# Golden Hawks Archery Club, OH



## FIG (Sep 23, 2008)

they are a large club you can learn a lot from them


----------



## FIG (Sep 23, 2008)

nokd up archery independence ky has 3d shoots tuesday nights and also every other saturday next shoot july 10 about 8 am start time


----------



## JayP (Dec 13, 2008)

I have looked into shooting there as well and will at some point this summer. I am really looking for a club that has a range and is close to my house. I can only shoot out to 35 yards and want to practice at longer distances.
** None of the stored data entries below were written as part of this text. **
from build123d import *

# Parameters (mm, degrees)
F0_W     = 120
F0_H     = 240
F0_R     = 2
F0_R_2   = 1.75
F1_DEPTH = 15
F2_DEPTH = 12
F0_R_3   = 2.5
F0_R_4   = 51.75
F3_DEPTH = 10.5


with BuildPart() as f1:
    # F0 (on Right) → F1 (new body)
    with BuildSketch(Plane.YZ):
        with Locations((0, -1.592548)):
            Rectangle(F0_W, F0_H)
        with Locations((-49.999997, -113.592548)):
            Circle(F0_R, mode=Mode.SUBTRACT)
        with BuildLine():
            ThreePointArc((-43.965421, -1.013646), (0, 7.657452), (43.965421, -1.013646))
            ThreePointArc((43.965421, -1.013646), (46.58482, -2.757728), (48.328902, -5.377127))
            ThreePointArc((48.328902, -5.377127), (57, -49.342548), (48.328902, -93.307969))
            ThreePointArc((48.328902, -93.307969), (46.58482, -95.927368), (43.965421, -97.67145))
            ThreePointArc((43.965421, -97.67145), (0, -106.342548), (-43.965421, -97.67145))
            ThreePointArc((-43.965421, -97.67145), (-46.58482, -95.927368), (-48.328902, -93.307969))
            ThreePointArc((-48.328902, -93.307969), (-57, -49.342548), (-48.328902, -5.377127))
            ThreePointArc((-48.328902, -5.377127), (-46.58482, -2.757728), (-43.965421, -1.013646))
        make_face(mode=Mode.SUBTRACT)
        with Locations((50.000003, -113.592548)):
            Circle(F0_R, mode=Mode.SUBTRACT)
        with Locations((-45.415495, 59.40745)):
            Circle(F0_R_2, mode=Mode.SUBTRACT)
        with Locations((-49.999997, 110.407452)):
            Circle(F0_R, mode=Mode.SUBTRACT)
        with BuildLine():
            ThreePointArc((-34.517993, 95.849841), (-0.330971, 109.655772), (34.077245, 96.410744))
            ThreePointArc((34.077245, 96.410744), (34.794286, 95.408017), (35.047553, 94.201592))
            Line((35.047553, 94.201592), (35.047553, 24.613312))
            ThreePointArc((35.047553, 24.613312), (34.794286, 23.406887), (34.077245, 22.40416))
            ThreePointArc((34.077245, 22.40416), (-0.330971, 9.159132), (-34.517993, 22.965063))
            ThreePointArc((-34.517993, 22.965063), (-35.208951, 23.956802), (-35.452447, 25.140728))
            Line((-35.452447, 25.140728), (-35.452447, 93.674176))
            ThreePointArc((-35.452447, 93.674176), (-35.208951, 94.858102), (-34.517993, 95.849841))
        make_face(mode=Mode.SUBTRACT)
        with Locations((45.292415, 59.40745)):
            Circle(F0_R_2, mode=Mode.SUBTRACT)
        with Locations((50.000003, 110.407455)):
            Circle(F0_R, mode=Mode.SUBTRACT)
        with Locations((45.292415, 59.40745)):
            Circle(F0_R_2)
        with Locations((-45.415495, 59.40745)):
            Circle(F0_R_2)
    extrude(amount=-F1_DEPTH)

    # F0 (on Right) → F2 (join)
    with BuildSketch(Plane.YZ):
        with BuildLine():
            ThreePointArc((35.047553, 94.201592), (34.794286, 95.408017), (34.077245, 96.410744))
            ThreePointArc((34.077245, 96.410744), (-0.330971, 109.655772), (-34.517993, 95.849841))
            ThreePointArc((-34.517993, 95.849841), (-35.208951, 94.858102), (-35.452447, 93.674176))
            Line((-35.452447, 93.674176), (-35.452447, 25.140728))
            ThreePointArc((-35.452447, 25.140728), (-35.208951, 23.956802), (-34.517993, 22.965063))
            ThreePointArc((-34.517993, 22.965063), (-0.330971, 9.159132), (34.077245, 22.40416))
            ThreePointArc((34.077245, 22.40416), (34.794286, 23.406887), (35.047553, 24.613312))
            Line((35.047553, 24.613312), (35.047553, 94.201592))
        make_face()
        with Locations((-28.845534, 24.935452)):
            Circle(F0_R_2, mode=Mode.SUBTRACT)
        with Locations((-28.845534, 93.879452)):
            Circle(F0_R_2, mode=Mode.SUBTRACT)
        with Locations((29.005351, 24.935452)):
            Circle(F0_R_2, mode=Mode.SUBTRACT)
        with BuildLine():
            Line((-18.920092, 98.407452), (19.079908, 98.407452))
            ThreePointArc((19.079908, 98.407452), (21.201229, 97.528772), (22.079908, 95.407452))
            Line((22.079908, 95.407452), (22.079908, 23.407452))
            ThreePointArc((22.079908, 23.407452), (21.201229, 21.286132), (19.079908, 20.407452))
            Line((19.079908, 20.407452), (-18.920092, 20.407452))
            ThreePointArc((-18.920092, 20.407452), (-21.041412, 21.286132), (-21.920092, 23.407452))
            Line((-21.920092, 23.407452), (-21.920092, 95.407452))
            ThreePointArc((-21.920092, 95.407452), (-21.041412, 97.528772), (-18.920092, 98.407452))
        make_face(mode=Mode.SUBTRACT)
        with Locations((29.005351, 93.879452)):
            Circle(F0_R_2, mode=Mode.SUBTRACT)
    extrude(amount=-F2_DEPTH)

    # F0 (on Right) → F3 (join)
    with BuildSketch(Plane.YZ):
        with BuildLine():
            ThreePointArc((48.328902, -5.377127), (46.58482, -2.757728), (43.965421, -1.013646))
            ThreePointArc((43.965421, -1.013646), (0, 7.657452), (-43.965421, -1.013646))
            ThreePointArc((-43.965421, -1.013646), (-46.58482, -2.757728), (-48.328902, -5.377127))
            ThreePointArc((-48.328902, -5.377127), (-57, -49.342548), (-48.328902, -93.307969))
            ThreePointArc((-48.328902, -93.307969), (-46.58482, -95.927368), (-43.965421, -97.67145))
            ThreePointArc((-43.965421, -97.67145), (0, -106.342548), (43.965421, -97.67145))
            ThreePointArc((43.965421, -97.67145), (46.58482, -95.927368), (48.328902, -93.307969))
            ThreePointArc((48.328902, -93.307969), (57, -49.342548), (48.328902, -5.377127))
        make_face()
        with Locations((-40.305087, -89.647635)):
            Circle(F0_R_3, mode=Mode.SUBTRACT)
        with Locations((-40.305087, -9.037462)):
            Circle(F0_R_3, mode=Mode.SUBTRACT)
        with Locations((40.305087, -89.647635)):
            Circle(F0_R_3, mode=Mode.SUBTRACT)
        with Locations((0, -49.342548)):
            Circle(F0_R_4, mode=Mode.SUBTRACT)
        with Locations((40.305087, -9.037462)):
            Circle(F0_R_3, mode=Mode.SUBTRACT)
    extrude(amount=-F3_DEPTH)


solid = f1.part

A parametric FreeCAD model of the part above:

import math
import FreeCAD as App
import Part
import Sketcher

V = App.Vector

doc = App.newDocument("Part")
body = doc.addObject("PartDesign::Body", "Body")

# Sketch on YZ plane
sketch1 = doc.addObject("Sketcher::SketchObject", "Sketch")
body.addObject(sketch1)
sketch1.AttachmentSupport = (doc.YZ_Plane, [""])
sketch1.MapMode = "FlatFace"
sketch1.addGeometry([
    Part.LineSegment(V(-60, 118.4, 0), V(-60, -121.6, 0)),  # 0
    Part.LineSegment(V(-60, -121.6, 0), V(60, -121.6, 0)),  # 1
    Part.LineSegment(V(60, -121.6, 0), V(60, 118.4, 0)),  # 2
    Part.LineSegment(V(60, 118.4, 0), V(-60, 118.4, 0)),  # 3
    Part.Circle(V(-50, -113.6, 0), V(0, 0, 1), 2),  # 4
    Part.Circle(V(50, -113.6, 0), V(0, 0, 1), 2),  # 5
    Part.ArcOfCircle(Part.Circle(V(-40.9, -8.4, 0), V(0, 0, 1), 8), math.radians(112), math.radians(158)),  # 6
    Part.ArcOfCircle(Part.Circle(V(0, -108.1, 0), V(0, 0, 1), 115.8), math.radians(68), math.radians(112)),  # 7
    Part.ArcOfCircle(Part.Circle(V(40.9, -8.4, 0), V(0, 0, 1), 8), math.radians(22), math.radians(68)),  # 8
    Part.ArcOfCircle(Part.Circle(V(-58.8, -49.3, 0), V(0, 0, 1), 115.8), math.radians(-22), math.radians(22)),  # 9
    Part.ArcOfCircle(Part.Circle(V(40.9, -90.3, 0), V(0, 0, 1), 8), math.radians(-68), math.radians(-22)),  # 10
    Part.ArcOfCircle(Part.Circle(V(0, 9.5, 0), V(0, 0, 1), 115.8), math.radians(-112), math.radians(-68)),  # 11
    Part.ArcOfCircle(Part.Circle(V(-40.9, -90.3, 0), V(0, 0, 1), 8), math.radians(-158), math.radians(-112)),  # 12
Golden Hawks has a range out to 50 yards.


----------



## Bowtech n ROSS (Aug 30, 2007)

glodenhawks is a great place to shoot. they have nice targets and set a good shoot.


----------



## bsharkey (Apr 27, 2009)

the wife and i just joined Golden Hawks but we have been around alot of those guys for the past 2 years and you couldn't ask for a nicer group of people i think you would be missing out by not joining


----------



## JayP (Dec 13, 2008)

I will be going to their shoot this Saturday and will take the opportunity to meet some members and check out the facility. I plan to have a family membership with my wife and two girls, 6 and 8 years of age. They both shoot and attended their first 3D shoot 2 weeks ago. For the price of a membership I don't know how I could pass it up.


----------



## RADAR72 (Feb 16, 2009)

Just so there is no confusion our range at Nok'd Up Archery goes out to 50 yards. Golden Hawks is a great course and that would be one of the many reasons they have been around so long. Good luck and have fun with the membership.


----------



## ARCHERCHRIS3 (Aug 18, 2008)

Great club been a member for about 5 years. 60 $ to joinfor first year with 8 hrs work perfomed. Next year 40 $ with 8 hrs work. They really have a nice set up there.Hope to see you at our next meeting july 6 at 7:30 pm.


----------